Required action - The response must consist of the lines below from the one with "F2 merges F1b" through the one with "The same part", exactly as they appear and with both ends kept.

Record extracts -
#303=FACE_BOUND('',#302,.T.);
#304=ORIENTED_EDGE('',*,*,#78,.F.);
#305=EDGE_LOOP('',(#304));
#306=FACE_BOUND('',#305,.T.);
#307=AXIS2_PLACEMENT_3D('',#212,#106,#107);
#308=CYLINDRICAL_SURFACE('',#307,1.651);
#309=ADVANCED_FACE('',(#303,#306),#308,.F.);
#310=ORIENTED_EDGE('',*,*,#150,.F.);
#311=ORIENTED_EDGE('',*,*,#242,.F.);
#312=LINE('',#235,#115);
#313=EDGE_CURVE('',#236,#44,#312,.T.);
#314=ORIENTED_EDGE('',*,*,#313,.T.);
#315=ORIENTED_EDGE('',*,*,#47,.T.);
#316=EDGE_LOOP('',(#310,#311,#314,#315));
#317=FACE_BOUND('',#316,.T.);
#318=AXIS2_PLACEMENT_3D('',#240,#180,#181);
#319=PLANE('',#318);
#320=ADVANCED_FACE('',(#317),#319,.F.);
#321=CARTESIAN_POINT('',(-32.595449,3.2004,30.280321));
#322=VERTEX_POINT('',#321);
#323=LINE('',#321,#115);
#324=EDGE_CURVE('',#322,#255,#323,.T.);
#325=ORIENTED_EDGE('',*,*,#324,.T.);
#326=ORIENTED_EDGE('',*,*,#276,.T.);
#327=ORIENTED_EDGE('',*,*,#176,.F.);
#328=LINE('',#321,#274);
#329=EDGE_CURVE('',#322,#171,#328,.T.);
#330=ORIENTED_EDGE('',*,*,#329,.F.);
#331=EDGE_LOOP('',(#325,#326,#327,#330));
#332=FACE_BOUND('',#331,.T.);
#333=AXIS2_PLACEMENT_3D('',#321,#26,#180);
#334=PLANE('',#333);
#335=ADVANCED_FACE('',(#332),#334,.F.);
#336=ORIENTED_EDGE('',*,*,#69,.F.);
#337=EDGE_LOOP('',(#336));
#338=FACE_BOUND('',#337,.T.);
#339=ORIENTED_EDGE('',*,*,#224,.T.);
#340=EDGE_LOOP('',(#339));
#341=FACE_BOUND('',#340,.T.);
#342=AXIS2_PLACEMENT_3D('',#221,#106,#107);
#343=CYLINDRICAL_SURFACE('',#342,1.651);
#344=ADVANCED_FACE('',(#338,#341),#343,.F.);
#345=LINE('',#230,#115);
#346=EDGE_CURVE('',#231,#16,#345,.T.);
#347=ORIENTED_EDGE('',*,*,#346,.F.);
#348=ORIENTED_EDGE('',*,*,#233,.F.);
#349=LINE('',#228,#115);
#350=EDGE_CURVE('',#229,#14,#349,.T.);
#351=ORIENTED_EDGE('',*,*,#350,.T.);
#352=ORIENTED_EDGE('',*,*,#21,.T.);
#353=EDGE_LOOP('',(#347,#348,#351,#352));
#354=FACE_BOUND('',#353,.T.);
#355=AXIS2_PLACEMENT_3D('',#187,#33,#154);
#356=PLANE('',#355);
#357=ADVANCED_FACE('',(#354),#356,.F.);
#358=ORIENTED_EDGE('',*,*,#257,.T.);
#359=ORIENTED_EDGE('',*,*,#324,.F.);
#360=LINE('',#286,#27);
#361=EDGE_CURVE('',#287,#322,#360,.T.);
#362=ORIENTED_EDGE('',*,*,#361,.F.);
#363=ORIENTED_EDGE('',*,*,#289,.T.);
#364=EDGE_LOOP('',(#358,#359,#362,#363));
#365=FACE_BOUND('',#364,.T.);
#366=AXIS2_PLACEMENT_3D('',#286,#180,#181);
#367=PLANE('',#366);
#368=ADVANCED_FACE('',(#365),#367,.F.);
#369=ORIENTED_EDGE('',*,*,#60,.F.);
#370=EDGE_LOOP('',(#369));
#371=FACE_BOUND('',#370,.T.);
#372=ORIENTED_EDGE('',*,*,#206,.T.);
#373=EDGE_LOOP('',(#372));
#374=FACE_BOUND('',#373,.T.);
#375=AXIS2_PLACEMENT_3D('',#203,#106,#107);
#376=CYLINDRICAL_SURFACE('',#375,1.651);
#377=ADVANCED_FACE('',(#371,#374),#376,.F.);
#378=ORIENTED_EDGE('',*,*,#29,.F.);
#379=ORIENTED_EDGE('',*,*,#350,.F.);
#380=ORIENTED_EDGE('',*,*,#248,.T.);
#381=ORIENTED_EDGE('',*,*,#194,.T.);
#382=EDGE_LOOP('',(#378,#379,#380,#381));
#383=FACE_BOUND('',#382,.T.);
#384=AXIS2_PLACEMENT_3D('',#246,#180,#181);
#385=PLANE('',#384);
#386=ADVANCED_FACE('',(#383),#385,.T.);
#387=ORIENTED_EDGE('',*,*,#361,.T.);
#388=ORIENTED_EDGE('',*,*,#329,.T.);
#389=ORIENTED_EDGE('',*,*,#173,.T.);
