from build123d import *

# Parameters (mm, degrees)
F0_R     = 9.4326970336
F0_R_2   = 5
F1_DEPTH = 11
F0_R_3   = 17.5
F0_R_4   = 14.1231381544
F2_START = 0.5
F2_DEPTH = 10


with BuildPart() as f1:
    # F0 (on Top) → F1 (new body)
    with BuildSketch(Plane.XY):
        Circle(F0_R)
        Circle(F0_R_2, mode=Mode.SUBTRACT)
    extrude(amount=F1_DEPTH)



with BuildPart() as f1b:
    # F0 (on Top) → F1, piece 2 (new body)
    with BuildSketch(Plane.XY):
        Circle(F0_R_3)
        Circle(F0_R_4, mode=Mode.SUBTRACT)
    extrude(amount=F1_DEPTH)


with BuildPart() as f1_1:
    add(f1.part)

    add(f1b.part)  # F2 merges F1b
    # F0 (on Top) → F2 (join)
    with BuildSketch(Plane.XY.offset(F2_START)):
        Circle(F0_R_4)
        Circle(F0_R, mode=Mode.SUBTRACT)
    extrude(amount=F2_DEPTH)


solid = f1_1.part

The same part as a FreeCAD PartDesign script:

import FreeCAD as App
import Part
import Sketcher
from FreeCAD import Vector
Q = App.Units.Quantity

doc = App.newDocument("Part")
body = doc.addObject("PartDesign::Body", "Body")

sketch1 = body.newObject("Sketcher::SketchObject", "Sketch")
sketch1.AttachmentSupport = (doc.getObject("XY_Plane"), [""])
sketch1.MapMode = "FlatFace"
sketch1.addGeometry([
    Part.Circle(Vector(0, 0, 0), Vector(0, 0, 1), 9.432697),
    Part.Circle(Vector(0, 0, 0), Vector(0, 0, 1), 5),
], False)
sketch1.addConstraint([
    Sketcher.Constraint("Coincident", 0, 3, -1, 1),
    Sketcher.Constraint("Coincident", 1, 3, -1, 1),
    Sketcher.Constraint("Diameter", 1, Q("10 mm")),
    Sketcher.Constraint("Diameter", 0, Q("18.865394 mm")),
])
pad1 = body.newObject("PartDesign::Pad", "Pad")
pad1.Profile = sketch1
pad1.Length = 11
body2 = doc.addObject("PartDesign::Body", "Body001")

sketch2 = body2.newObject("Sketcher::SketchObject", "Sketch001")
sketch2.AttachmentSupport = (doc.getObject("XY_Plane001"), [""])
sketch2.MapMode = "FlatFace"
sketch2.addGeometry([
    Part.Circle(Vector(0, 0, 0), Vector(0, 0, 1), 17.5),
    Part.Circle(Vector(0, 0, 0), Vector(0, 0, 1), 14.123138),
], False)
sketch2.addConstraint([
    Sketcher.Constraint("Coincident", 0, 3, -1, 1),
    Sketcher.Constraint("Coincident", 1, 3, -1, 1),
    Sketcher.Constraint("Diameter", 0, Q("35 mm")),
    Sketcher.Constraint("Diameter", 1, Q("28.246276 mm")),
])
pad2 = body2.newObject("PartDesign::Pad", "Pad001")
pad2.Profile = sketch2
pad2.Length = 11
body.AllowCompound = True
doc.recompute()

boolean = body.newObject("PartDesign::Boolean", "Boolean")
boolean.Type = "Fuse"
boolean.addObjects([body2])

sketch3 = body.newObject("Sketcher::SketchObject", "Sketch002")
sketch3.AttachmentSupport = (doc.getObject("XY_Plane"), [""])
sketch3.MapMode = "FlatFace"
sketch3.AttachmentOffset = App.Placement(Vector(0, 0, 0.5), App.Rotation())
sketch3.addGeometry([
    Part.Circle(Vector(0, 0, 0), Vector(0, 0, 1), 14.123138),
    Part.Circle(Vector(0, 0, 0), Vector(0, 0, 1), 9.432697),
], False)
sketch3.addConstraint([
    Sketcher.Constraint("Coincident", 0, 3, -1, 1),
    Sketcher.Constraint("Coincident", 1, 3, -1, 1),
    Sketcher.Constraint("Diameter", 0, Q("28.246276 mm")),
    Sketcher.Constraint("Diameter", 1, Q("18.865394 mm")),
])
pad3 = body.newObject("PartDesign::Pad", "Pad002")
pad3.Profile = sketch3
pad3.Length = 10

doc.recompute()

Problem solution -
    add(f1b.part)  # F2 merges F1b
    # F0 (on Top) → F2 (join)
    with BuildSketch(Plane.XY.offset(F2_START)):
        Circle(F0_R_4)
        Circle(F0_R, mode=Mode.SUBTRACT)
    extrude(amount=F2_DEPTH)


solid = f1_1.part

The same part as a FreeCAD PartDesign script:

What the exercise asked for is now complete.